Methods: The human pulmonary fibroblasts (HFB) were primarily cultured in complete medium of DMEM/F12, with the cell line A549 derived from alveolar epithelia as the control. Different concentrations of NAC were administrated, with or without stimulation by TGF-beta(1) for 24 h. The cell proliferations were tested by methylthiazolyltetrazolium (MTT) and cell cycle detected with flow cytometer. The mRNA expression of type I procollagen was tested with RT-PCR. Proteins of cyclin E, alpha-SMA and STAT-3 were detected with Western blotting.

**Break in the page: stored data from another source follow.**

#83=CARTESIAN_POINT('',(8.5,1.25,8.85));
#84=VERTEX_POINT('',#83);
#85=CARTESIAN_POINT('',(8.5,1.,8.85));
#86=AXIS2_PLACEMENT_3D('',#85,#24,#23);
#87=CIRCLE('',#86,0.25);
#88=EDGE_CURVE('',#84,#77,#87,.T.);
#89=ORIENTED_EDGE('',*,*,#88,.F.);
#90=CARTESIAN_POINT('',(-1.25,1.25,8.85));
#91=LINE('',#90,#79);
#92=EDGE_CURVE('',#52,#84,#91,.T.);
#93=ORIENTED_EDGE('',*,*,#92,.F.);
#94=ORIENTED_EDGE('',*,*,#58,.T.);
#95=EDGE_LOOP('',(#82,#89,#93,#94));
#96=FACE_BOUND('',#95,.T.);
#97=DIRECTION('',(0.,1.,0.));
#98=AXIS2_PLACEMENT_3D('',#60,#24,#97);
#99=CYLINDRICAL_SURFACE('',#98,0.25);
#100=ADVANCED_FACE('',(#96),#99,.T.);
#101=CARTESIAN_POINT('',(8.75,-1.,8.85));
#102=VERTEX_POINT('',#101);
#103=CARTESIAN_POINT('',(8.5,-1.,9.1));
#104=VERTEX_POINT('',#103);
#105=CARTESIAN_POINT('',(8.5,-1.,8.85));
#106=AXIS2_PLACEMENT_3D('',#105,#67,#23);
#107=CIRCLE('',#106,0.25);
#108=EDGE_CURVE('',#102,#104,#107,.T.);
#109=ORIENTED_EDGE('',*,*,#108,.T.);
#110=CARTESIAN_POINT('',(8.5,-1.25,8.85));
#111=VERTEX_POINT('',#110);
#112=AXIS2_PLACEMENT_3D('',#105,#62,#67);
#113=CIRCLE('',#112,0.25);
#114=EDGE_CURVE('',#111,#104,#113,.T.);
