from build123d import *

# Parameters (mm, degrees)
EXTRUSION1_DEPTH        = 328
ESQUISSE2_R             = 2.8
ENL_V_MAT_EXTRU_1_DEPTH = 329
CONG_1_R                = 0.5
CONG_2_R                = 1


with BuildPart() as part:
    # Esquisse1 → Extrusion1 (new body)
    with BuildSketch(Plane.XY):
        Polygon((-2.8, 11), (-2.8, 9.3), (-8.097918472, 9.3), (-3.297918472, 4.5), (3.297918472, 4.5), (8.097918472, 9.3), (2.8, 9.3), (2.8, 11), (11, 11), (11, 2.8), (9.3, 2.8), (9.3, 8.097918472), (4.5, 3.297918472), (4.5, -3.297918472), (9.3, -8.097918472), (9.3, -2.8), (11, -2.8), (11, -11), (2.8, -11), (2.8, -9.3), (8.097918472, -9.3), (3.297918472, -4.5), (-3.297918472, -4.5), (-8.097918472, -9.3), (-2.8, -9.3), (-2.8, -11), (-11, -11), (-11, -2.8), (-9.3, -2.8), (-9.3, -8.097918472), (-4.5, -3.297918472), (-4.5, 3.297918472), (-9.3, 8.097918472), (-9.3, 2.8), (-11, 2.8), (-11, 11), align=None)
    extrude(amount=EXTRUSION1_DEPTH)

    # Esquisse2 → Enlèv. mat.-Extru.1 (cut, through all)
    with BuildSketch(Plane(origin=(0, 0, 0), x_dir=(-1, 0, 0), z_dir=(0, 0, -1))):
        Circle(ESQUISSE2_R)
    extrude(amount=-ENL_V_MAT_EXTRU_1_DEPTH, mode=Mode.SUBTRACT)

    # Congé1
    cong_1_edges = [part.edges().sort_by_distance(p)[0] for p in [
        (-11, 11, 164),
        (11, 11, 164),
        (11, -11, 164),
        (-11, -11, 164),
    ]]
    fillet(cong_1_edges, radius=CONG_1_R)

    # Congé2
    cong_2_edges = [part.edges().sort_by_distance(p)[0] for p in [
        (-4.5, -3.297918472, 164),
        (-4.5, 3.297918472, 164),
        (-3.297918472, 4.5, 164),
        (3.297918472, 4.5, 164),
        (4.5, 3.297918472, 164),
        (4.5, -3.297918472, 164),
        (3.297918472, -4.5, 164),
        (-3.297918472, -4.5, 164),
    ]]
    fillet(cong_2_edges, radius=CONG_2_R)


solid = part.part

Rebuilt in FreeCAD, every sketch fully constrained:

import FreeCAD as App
import Part
import Sketcher

V = App.Vector
Q = App.Units.Quantity


def edges_at(feature, points):
    """Names of the edges that pass closest to the given points."""
    edges = feature.Shape.Edges
    near = lambda p: min(range(len(edges)), key=lambda i: edges[i].distToShape(Part.Vertex(*p))[0])
    return sorted({f"Edge{near(p) + 1}" for p in points})

doc = App.newDocument("Part")
body = doc.addObject("PartDesign::Body", "Body")

# Sketch on XY plane
sketch1 = doc.addObject("Sketcher::SketchObject", "Sketch")
body.addObject(sketch1)
sketch1.AttachmentSupport = (doc.XY_Plane, [""])
sketch1.MapMode = "FlatFace"
sketch1.addGeometry([
    Part.LineSegment(V(-2.8, 9.3, 0), V(-2.8, 11, 0)),  # 0
    Part.LineSegment(V(-2.8, 11, 0), V(-11, 11, 0)),  # 1
    Part.LineSegment(V(-11, 11, 0), V(-11, 2.8, 0)),  # 2
    Part.LineSegment(V(-11, 2.8, 0), V(-9.3, 2.8, 0)),  # 3
    Part.LineSegment(V(-9.3, 2.8, 0), V(-9.3, 8.1, 0)),  # 4
    Part.LineSegment(V(-9.3, 8.1, 0), V(-4.5, 3.3, 0)),  # 5
    Part.LineSegment(V(-4.5, 3.3, 0), V(-4.5, -3.3, 0)),  # 6
    Part.LineSegment(V(-4.5, -3.3, 0), V(-9.3, -8.1, 0)),  # 7
    Part.LineSegment(V(-9.3, -8.1, 0), V(-9.3, -2.8, 0)),  # 8
    Part.LineSegment(V(-9.3, -2.8, 0), V(-11, -2.8, 0)),  # 9
    Part.LineSegment(V(-11, -2.8, 0), V(-11, -11, 0)),  # 10
    Part.LineSegment(V(-11, -11, 0), V(-2.8, -11, 0)),  # 11
    Part.LineSegment(V(-2.8, -11, 0), V(-2.8, -9.3, 0)),  # 12
    Part.LineSegment(V(-2.8, -9.3, 0), V(-8.1, -9.3, 0)),  # 13
    Part.LineSegment(V(-8.1, -9.3, 0), V(-3.3, -4.5, 0)),  # 14
    Part.LineSegment(V(-3.3, -4.5, 0), V(3.3, -4.5, 0)),  # 15
    Part.LineSegment(V(3.3, -4.5, 0), V(8.1, -9.3, 0)),  # 16
    Part.LineSegment(V(8.1, -9.3, 0), V(2.8, -9.3, 0)),  # 17
    Part.LineSegment(V(2.8, -9.3, 0), V(2.8, -11, 0)),  # 18
    Part.LineSegment(V(2.8, -11, 0), V(11, -11, 0)),  # 19
    Part.LineSegment(V(11, -11, 0), V(11, -2.8, 0)),  # 20
    Part.LineSegment(V(11, -2.8, 0), V(9.3, -2.8, 0)),  # 21
    Part.LineSegment(V(9.3, -2.8, 0), V(9.3, -8.1, 0)),  # 22
    Part.LineSegment(V(9.3, -8.1, 0), V(4.5, -3.3, 0)),  # 23
    Part.LineSegment(V(4.5, -3.3, 0), V(4.5, 3.3, 0)),  # 24
    Part.LineSegment(V(4.5, 3.3, 0), V(9.3, 8.1, 0)),  # 25
    Part.LineSegment(V(9.3, 8.1, 0), V(9.3, 2.8, 0)),  # 26
    Part.LineSegment(V(9.3, 2.8, 0), V(11, 2.8, 0)),  # 27
    Part.LineSegment(V(11, 2.8, 0), V(11, 11, 0)),  # 28
    Part.LineSegment(V(11, 11, 0), V(2.8, 11, 0)),  # 29
    Part.LineSegment(V(2.8, 11, 0), V(2.8, 9.3, 0)),  # 30
    Part.LineSegment(V(2.8, 9.3, 0), V(8.1, 9.3, 0)),  # 31
    Part.LineSegment(V(8.1, 9.3, 0), V(3.3, 4.5, 0)),  # 32
    Part.LineSegment(V(3.3, 4.5, 0), V(-3.3, 4.5, 0)),  # 33
    Part.LineSegment(V(-3.3, 4.5, 0), V(-8.1, 9.3, 0)),  # 34
    Part.LineSegment(V(-8.1, 9.3, 0), V(-2.8, 9.3, 0)),  # 35
], False)
sketch1.addConstraint([
    Sketcher.Constraint("Coincident", 0, 2, 1, 1),
    Sketcher.Constraint("Coincident", 1, 2, 2, 1),
    Sketcher.Constraint("Coincident", 2, 2, 3, 1),
    Sketcher.Constraint("Coincident", 3, 2, 4, 1),
    Sketcher.Constraint("Coincident", 4, 2, 5, 1),
    Sketcher.Constraint("Coincident", 5, 2, 6, 1),
    Sketcher.Constraint("Coincident", 6, 2, 7, 1),
    Sketcher.Constraint("Coincident", 7, 2, 8, 1),
    Sketcher.Constraint("Coincident", 8, 2, 9, 1),
    Sketcher.Constraint("Coincident", 9, 2, 10, 1),
    Sketcher.Constraint("Coincident", 10, 2, 11, 1),
    Sketcher.Constraint("Coincident", 11, 2, 12, 1),
    Sketcher.Constraint("Coincident", 12, 2, 13, 1),
    Sketcher.Constraint("Coincident", 13, 2, 14, 1),
    Sketcher.Constraint("Coincident", 14, 2, 15, 1),
    Sketcher.Constraint("Coincident", 15, 2, 16, 1),
    Sketcher.Constraint("Coincident", 16, 2, 17, 1),
    Sketcher.Constraint("Coincident", 17, 2, 18, 1),
    Sketcher.Constraint("Coincident", 18, 2, 19, 1),
    Sketcher.Constraint("Coincident", 19, 2, 20, 1),
    Sketcher.Constraint("Coincident", 20, 2, 21, 1),
    Sketcher.Constraint("Coincident", 21, 2, 22, 1),
    Sketcher.Constraint("Coincident", 22, 2, 23, 1),
    Sketcher.Constraint("Coincident", 23, 2, 24, 1),
    Sketcher.Constraint("Coincident", 24, 2, 25, 1),
    Sketcher.Constraint("Coincident", 25, 2, 26, 1),
    Sketcher.Constraint("Coincident", 26, 2, 27, 1),
    Sketcher.Constraint("Coincident", 27, 2, 28, 1),
    Sketcher.Constraint("Coincident", 28, 2, 29, 1),
    Sketcher.Constraint("Coincident", 29, 2, 30, 1),
    Sketcher.Constraint("Coincident", 30, 2, 31, 1),
    Sketcher.Constraint("Coincident", 31, 2, 32, 1),
    Sketcher.Constraint("Coincident", 32, 2, 33, 1),
    Sketcher.Constraint("Coincident", 33, 2, 34, 1),
    Sketcher.Constraint("Coincident", 34, 2, 35, 1),
    Sketcher.Constraint("Coincident", 35, 2, 0, 1),
    Sketcher.Constraint("Vertical", 0),
    Sketcher.Constraint("Horizontal", 1),
    Sketcher.Constraint("Vertical", 2),
    Sketcher.Constraint("Horizontal", 3),
    Sketcher.Constraint("Vertical", 4),
    Sketcher.Constraint("Vertical", 6),
    Sketcher.Constraint("Vertical", 8),
    Sketcher.Constraint("Horizontal", 9),
    Sketcher.Constraint("Vertical", 10),
    Sketcher.Constraint("Horizontal", 11),
    Sketcher.Constraint("Vertical", 12),
    Sketcher.Constraint("Horizontal", 13),
    Sketcher.Constraint("Horizontal", 15),
    Sketcher.Constraint("Horizontal", 17),
    Sketcher.Constraint("Vertical", 18),
    Sketcher.Constraint("Horizontal", 19),
    Sketcher.Constraint("Vertical", 20),
    Sketcher.Constraint("Horizontal", 21),
    Sketcher.Constraint("Vertical", 22),
    Sketcher.Constraint("Vertical", 24),
    Sketcher.Constraint("Vertical", 26),
    Sketcher.Constraint("Horizontal", 27),
    Sketcher.Constraint("Vertical", 28),
    Sketcher.Constraint("Horizontal", 29),
    Sketcher.Constraint("Vertical", 30),
    Sketcher.Constraint("Horizontal", 31),
    Sketcher.Constraint("Horizontal", 33),
    Sketcher.Constraint("Horizontal", 35),
    Sketcher.Constraint("Symmetric", 0, 2, 18, 2, -1, 1),
    Sketcher.Constraint("Symmetric", 2, 2, 20, 2, -1, 1),
    Sketcher.Constraint("Symmetric", 4, 2, 22, 2, -1, 1),
    Sketcher.Constraint("Symmetric", 5, 2, 23, 2, -1, 1),
    Sketcher.Constraint("Symmetric", 7, 2, 25, 2, -1, 1),
    Sketcher.Constraint("Symmetric", 9, 2, 27, 2, -1, 1),
    Sketcher.Constraint("Symmetric", 11, 2, 29, 2, -1, 1),
    Sketcher.Constraint("Symmetric", 13, 2, 31, 2, -1, 1),
    Sketcher.Constraint("Symmetric", 14, 2, 32, 2, -1, 1),
    Sketcher.Constraint("Symmetric", 16, 2, 34, 2, -1, 1),
    Sketcher.Constraint("Symmetric", 13, 2, 16, 2, -2),
    Sketcher.Constraint("Symmetric", 11, 2, 18, 2, -2),
    Sketcher.Constraint("Symmetric", 9, 2, 20, 2, -2),
    Sketcher.Constraint("Symmetric", 7, 2, 22, 2, -2),
    Sketcher.Constraint("Perpendicular", 5, 7),
    Sketcher.Constraint("Parallel", 7, 14),
    Sketcher.Constraint("Perpendicular", 14, 16),
    Sketcher.Constraint("Perpendicular", 23, 25),
    Sketcher.Constraint("Perpendicular", 32, 34),
    Sketcher.Constraint("Horizontal", 6, 2, 23, 2),
    Sketcher.Constraint("Equal", 27, 0),
    Sketcher.Constraint("Equal", 29, 2),
    Sketcher.Constraint("Equal", 35, 4),
    Sketcher.Constraint("Equal", 33, 6),
    Sketcher.Constraint("Equal", 7, 14),
    Sketcher.Constraint("DistanceX", 1, 2, 1, 1, Q("8.2 mm")),
    Sketcher.Constraint("DistanceX", 3, 1, 3, 2, Q("1.7 mm")),
    Sketcher.Constraint("DistanceY", -1, 1, 0, 2, Q("11 mm")),
    Sketcher.Constraint("DistanceX", 5, 2, 24, 2, Q("9 mm")),
    Sketcher.Constraint("DistanceX", 13, 2, 13, 1, Q("5.297918 mm")),
])
pad1 = doc.addObject("PartDesign::Pad", "Pad")
body.addObject(pad1)
pad1.Profile = sketch1
pad1.Length = 328

# Sketch on XY plane
sketch2 = doc.addObject("Sketcher::SketchObject", "Sketch001")
body.addObject(sketch2)
sketch2.AttachmentSupport = (doc.XY_Plane, [""])
sketch2.MapMode = "FlatFace"
sketch2.addGeometry(Part.Circle(V(0, 0, 0), V(0, 0, 1), 2.8), False)
sketch2.addConstraint([
    Sketcher.Constraint("Coincident", 0, 3, -1, 1),
    Sketcher.Constraint("Diameter", 0, Q("5.6 mm")),
])
pocket1 = doc.addObject("PartDesign::Pocket", "Pocket")
body.addObject(pocket1)
pocket1.Profile = sketch2
pocket1.Type = "ThroughAll"
pocket1.Reversed = True
doc.recompute()

fillet = doc.addObject("PartDesign::Fillet", "Fillet")
body.addObject(fillet)
fillet.Base = (pocket1, edges_at(pocket1, [
    (-11, 11, 164),
    (11, 11, 164),
    (11, -11, 164),
    (-11, -11, 164),
]))
fillet.Radius = 0.5
doc.recompute()

fillet2 = doc.addObject("PartDesign::Fillet", "Fillet001")
body.addObject(fillet2)
fillet2.Base = (fillet, edges_at(fillet, [
    (-4.5, -3.298, 164),
    (-4.5, 3.298, 164),
    (-3.298, 4.5, 164),
    (3.298, 4.5, 164),
    (4.5, 3.298, 164),
    (4.5, -3.298, 164),
    (3.298, -4.5, 164),
    (-3.298, -4.5, 164),
]))
fillet2.Radius = 1

doc.recompute()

Results: The proliferation of HFB was inhibited significantly by NAC at different concentrations (5, 10, 20 and 40 mmol/L). NAC had no effects on proliferation of A549 at a dose of 20 mmol/L. The cell proportion in G(0)/G(1) phase was increased by NAC at different concentrations (10, 20 and 40 mmol/L), while the changes in S-phase ratio were decreased significantly. Procollagen type Isynthesis was increased by TGF-beta(1) significantly. NAC showed inhibition on procollagen type I synthesis before or after stimulation with TGF-beta(1). Expression of protein cyclin E and alpha-SMA was significantly induced by TGF-beta(1), the relative indensity being 0.98 +/- 0.09 and 1.56 +/- 0.23 respectively. Induction of cyclin E by TGF-beta(1) was attenuated significantly by NAC 20 mmol/L (0.52 +/- 0.04). But alpha-SMA was not changed by NAC 20 mmol/L (1.63 +/- 0.20). Stimulation with TGF-beta(1) and NAC had no effects on expression of STAT-3.
Conclusions: Inhibition on proliferation of HFB by NAC may be through the attenuation of cyclin E. Differentiation of fibroblasts into myofibroblasts was inhibited by NAC through inhibition on alpha-SMA. NAC directly inhibited collagen synthesis.